The AVE has been a lifesaver for this once sleepy city. It has suddenly become an attractive prospect for industrial investors taking advantage of lower property prices. New factories, offices and homes for the workers have sprung up in and around the city. Many commute to and from Madrid and students can live at home in Ciudad Real while studying in the capital.

The AVE runs on the standard European 1.43 m gauge, while all other Iberian peninsula trains run on a wider 1.67 m gauge. The new line will mean the purchase of hundreds of hectares of land, much of it in private ownership, before work can begin. Already property prices along the new routes have risen spectacularly, for the track itself and also for speculators and developers who see business possibilities. When the historic city of Segovia, north of Madrid, is less than 25 minutes away, instead of the present 1-1/2 hours, it will become an attractive dormitory town prospect. Although there has been no decision on whether to route the line through Segovia, land prices have already increased from 100 pesetas (60 cents) a square metre to as much as 1,000 pesetas.

Likewise, when the Barcelona-Girona route is completed, the Costa Brava resort towns, where many Catalans have holiday homes, could well become their permanent residences.

Engineers have to blast tunnels through mountains and build bridges and viaducts over valleys. They will also have to construct tracks and stations to meet the new gauge.
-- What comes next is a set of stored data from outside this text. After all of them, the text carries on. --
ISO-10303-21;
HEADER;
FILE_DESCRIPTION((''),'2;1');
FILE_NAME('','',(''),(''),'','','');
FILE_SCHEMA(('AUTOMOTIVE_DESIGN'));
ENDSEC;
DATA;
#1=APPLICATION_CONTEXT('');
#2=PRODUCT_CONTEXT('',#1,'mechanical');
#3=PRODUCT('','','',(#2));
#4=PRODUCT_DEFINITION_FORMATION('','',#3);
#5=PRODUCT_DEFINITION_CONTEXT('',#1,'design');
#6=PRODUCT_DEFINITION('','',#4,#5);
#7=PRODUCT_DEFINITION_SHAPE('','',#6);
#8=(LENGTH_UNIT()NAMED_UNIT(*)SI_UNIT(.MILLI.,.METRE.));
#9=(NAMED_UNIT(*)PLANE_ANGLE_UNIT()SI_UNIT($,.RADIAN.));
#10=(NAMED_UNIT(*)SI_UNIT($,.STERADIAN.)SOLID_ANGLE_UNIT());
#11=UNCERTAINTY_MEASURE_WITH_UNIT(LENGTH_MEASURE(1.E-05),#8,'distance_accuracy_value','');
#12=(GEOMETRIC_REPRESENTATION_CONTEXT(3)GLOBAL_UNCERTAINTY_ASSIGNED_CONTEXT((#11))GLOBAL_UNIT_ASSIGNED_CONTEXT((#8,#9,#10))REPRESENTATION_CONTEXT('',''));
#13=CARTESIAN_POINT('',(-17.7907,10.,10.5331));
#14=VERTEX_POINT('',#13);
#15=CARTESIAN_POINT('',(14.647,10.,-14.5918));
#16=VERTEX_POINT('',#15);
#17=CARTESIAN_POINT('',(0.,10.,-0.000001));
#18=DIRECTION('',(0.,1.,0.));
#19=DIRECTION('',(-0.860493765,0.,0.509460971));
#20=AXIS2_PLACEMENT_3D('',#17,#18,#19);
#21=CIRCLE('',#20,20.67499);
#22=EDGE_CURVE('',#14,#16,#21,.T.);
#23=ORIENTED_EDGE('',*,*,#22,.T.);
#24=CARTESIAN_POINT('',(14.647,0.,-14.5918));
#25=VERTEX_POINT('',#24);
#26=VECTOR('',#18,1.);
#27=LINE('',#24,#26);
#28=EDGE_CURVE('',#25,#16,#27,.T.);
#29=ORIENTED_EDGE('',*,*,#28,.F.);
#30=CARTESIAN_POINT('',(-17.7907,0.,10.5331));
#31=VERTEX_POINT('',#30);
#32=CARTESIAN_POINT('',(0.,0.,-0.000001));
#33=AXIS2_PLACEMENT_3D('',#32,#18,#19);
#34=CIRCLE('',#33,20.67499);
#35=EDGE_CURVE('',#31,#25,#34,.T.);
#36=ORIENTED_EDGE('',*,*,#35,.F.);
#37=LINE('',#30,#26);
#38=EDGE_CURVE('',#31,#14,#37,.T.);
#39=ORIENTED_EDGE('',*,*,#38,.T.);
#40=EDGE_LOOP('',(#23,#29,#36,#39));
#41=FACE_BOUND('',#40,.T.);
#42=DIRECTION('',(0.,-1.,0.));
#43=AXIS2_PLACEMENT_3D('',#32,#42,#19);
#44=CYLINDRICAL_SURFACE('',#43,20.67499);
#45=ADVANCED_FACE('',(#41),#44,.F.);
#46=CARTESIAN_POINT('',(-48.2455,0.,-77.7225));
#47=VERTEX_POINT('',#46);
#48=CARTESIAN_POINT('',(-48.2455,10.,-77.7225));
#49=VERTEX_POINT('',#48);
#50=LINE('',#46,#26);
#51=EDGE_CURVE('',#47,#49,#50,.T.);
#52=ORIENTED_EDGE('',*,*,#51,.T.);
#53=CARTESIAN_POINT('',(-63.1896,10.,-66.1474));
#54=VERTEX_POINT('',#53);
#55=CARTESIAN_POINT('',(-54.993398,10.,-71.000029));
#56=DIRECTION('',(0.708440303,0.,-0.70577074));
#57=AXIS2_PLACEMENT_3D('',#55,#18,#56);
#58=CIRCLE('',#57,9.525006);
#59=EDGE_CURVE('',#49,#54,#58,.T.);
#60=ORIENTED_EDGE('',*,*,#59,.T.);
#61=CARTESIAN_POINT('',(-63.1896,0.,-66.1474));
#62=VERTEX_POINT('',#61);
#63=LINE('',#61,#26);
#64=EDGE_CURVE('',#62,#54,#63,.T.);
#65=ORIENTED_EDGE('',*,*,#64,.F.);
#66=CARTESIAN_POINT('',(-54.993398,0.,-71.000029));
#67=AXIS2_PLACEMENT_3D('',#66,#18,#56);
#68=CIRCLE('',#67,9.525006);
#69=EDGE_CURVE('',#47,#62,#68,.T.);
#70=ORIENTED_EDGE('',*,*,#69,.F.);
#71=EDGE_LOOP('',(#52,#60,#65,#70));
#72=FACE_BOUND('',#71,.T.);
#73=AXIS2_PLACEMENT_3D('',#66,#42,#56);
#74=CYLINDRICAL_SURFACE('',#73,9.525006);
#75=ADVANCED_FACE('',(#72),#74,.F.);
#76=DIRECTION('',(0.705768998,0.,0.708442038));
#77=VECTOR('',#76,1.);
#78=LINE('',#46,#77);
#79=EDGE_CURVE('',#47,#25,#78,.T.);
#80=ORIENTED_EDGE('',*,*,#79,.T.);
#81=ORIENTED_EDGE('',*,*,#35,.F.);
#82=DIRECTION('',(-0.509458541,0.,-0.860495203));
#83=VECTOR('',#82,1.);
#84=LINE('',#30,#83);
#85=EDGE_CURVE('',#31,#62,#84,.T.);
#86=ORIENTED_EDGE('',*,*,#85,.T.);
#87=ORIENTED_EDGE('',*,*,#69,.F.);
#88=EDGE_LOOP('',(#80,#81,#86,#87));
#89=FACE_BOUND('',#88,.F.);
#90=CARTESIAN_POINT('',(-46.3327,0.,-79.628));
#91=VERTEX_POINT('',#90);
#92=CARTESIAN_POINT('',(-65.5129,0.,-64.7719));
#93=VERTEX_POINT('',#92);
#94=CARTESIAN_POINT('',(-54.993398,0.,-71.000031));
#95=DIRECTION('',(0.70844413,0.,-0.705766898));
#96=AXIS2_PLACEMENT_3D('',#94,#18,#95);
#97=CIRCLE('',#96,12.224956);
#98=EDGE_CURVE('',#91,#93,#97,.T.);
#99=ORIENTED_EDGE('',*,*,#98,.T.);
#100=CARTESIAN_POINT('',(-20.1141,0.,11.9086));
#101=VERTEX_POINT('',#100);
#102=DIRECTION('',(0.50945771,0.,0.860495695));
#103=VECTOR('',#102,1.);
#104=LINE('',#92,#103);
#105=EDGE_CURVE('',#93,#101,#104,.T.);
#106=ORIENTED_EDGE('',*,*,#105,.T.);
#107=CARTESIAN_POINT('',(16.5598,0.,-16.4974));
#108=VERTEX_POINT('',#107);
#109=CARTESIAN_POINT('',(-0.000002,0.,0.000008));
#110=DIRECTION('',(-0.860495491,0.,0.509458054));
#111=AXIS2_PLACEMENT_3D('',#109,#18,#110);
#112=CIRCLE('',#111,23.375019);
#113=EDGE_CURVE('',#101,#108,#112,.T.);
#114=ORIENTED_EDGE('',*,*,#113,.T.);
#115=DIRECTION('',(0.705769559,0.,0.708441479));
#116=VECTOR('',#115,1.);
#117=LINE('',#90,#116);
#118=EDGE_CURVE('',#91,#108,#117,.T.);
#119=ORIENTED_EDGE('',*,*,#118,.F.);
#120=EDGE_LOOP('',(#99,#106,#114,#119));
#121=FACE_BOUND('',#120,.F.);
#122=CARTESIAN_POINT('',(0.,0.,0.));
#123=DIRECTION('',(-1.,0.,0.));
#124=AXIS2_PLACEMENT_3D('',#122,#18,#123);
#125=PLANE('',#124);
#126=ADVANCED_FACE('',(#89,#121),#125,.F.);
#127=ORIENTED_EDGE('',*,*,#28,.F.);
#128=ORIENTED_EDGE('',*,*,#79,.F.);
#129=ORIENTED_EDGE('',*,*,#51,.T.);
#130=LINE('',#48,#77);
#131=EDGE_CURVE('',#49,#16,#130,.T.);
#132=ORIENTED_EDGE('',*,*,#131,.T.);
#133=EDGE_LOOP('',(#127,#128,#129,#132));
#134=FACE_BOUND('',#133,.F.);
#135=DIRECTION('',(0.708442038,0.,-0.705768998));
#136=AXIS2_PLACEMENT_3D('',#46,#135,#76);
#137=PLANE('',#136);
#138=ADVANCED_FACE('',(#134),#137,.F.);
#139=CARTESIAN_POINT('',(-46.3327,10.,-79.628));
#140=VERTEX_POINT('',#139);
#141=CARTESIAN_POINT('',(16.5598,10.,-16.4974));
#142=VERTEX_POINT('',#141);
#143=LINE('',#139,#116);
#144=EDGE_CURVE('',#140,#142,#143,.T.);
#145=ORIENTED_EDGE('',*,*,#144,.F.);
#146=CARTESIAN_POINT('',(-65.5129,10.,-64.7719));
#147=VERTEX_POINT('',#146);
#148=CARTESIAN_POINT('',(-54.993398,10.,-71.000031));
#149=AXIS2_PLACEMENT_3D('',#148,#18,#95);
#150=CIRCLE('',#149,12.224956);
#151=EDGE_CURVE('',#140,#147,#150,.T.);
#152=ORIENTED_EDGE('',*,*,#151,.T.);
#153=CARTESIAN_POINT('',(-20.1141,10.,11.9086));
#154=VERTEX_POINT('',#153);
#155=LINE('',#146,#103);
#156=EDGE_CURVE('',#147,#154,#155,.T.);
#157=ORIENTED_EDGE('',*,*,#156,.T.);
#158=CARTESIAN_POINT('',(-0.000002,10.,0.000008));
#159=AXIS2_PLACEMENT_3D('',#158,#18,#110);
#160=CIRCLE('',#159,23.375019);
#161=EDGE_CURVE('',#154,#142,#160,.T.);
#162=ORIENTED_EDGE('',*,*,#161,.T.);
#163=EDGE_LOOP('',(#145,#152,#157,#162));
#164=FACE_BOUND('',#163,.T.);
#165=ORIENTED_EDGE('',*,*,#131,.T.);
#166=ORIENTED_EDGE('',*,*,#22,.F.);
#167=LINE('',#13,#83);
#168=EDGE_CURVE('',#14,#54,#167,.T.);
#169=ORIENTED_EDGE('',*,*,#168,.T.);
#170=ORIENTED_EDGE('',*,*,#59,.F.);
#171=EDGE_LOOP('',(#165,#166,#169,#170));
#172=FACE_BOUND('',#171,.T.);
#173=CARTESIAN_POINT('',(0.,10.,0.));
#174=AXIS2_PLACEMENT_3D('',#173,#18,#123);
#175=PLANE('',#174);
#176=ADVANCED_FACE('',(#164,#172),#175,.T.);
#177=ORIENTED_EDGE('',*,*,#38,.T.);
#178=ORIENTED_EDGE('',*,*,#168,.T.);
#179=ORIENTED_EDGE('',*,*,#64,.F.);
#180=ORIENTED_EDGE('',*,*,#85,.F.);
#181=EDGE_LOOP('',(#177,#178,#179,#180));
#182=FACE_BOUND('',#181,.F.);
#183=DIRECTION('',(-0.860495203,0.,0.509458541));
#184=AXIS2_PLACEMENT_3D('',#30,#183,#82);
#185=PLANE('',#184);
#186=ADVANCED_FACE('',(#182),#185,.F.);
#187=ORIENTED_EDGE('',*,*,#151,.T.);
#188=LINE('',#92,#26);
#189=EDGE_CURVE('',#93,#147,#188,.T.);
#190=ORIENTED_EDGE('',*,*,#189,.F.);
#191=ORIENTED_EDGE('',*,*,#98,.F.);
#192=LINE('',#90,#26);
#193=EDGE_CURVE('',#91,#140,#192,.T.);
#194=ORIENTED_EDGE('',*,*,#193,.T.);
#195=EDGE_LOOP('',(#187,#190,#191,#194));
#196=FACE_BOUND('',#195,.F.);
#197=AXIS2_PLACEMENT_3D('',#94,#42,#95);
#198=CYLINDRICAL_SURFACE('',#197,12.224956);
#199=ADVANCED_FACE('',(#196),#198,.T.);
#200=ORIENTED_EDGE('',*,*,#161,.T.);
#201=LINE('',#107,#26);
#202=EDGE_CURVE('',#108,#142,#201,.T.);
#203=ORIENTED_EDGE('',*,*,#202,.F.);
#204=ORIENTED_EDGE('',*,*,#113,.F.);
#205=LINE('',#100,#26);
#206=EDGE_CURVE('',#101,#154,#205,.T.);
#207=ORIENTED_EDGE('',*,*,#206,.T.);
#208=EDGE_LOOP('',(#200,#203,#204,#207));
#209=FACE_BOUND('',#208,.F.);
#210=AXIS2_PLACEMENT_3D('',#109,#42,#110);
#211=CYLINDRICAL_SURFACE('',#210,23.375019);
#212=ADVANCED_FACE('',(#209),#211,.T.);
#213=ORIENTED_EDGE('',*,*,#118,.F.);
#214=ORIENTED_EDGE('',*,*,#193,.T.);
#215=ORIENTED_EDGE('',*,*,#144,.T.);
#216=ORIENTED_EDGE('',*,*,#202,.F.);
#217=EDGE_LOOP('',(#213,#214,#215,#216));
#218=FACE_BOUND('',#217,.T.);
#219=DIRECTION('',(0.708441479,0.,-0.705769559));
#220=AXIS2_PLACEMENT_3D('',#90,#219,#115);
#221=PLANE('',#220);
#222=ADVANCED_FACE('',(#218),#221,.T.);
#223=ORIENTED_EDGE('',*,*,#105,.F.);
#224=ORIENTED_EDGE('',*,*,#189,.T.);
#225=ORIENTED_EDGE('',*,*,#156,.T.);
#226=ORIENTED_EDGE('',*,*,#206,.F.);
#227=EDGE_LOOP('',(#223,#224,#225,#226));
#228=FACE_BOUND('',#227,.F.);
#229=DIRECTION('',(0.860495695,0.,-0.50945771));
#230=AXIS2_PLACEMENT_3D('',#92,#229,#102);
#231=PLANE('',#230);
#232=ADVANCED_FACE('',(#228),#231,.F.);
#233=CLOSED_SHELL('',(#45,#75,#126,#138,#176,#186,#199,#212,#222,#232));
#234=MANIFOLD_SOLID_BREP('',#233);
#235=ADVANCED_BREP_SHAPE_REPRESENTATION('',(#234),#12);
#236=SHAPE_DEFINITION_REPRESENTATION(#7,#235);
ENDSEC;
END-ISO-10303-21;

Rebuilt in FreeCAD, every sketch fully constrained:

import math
import FreeCAD as App
import Part
import Sketcher

V = App.Vector
Q = App.Units.Quantity

doc = App.newDocument("Part")
body = doc.addObject("PartDesign::Body", "Body")

# Sketch on XZ plane
sketch1 = doc.addObject("Sketcher::SketchObject", "Sketch")
body.addObject(sketch1)
sketch1.AttachmentSupport = (doc.XZ_Plane, [""])
sketch1.MapMode = "FlatFace"
sketch1.addGeometry(Part.LineSegment(V(16.5598, -16.4974, 0), V(-46.3327, -79.628, 0)), False)
sketch1.addGeometry(Part.ArcOfCircle(Part.Circle(V(-54.9934, -71, 0), V(0, 0, 1), 12.224979), math.radians(149.372225), math.radians(315.10837)), False)
sketch1.addGeometry(Part.LineSegment(V(-65.5129, -64.7719, 0), V(-20.1141, 11.9086, 0)), False)
sketch1.addGeometry(Part.ArcOfCircle(Part.Circle(V(0, 0, 0), V(0, 0, 1), 23.375025), math.radians(-44.891846), math.radians(149.372247)), False)
sketch1.addGeometry(Part.ArcOfCircle(Part.Circle(V(-54.9934, -71, 0), V(0, 0, 1), 9.525028), math.radians(149.37214), math.radians(315.108038)), False)
sketch1.addGeometry(Part.LineSegment(V(-48.2455, -77.7225, 0), V(14.647, -14.5918, 0)), False)
sketch1.addGeometry(Part.ArcOfCircle(Part.Circle(V(0, 0, 0), V(0, 0, 1), 20.67499), math.radians(-44.891831), math.radians(149.372069)), False)
sketch1.addGeometry(Part.LineSegment(V(-17.7907, 10.5331, 0), V(-63.1896, -66.1474, 0)), False)
sketch1.addConstraint(Sketcher.Constraint("Coincident", 0, 2, 1, 2))
sketch1.addConstraint(Sketcher.Constraint("Coincident", 1, 1, 2, 1))
sketch1.addConstraint(Sketcher.Constraint("Coincident", 2, 2, 3, 2))
sketch1.addConstraint(Sketcher.Constraint("Coincident", 3, 1, 0, 1))
sketch1.addConstraint(Sketcher.Constraint("Coincident", 4, 2, 5, 1))
sketch1.addConstraint(Sketcher.Constraint("Coincident", 5, 2, 6, 1))
sketch1.addConstraint(Sketcher.Constraint("Coincident", 6, 2, 7, 1))
sketch1.addConstraint(Sketcher.Constraint("Coincident", 7, 2, 4, 1))
sketch1.addConstraint(Sketcher.Constraint("Coincident", 3, 3, -1, 1))
sketch1.addConstraint(Sketcher.Constraint("Coincident", 6, 3, -1, 1))
sketch1.addConstraint(Sketcher.Constraint("Coincident", 4, 3, 1, 3))
sketch1.addConstraint(Sketcher.Constraint("Radius", 4, Q("0.375 in")))
sketch1.addConstraint(Sketcher.Constraint("Radius", 1, Q("0.4813 in")))
sketch1.addConstraint(Sketcher.Constraint("Radius", 3, 23.375))
sketch1.addConstraint(Sketcher.Constraint("Radius", 6, 20.675))
sketch1.addConstraint(Sketcher.Constraint("DistanceX", 1, 3, -1, 1, Q("2.1651 in")))
sketch1.addConstraint(Sketcher.Constraint("DistanceX", 2, 2, -1, 1, Q("0.7919 in")))
sketch1.addConstraint(Sketcher.Constraint("DistanceY", 3, 1, -1, 1, Q("0.6495 in")))
sketch1.addConstraint(Sketcher.Constraint("DistanceY", -1, 1, 6, 2, Q("0.4147 in")))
There has been considerable opposition from environmentalists, who warn of the effects of such massive construction work on ecologically sensitive areas. Owners of homes overlooking the new lines complain their peace will be disturbed. Their struggles, and possible legal action, will continue as work progresses.

The Madrid-Seville AVE was, after the Channel Tunnel, the biggest civil engineering project in Europe. The new projects will surpass both. The first part of the Madrid-Zaragoza leg should be completed by next year, with the final leap to Barcelona in 2004, and the Madrid-Valencia route a year later. Many dubbed the first AVE "more a white elephant than a bird", but few criticise it now.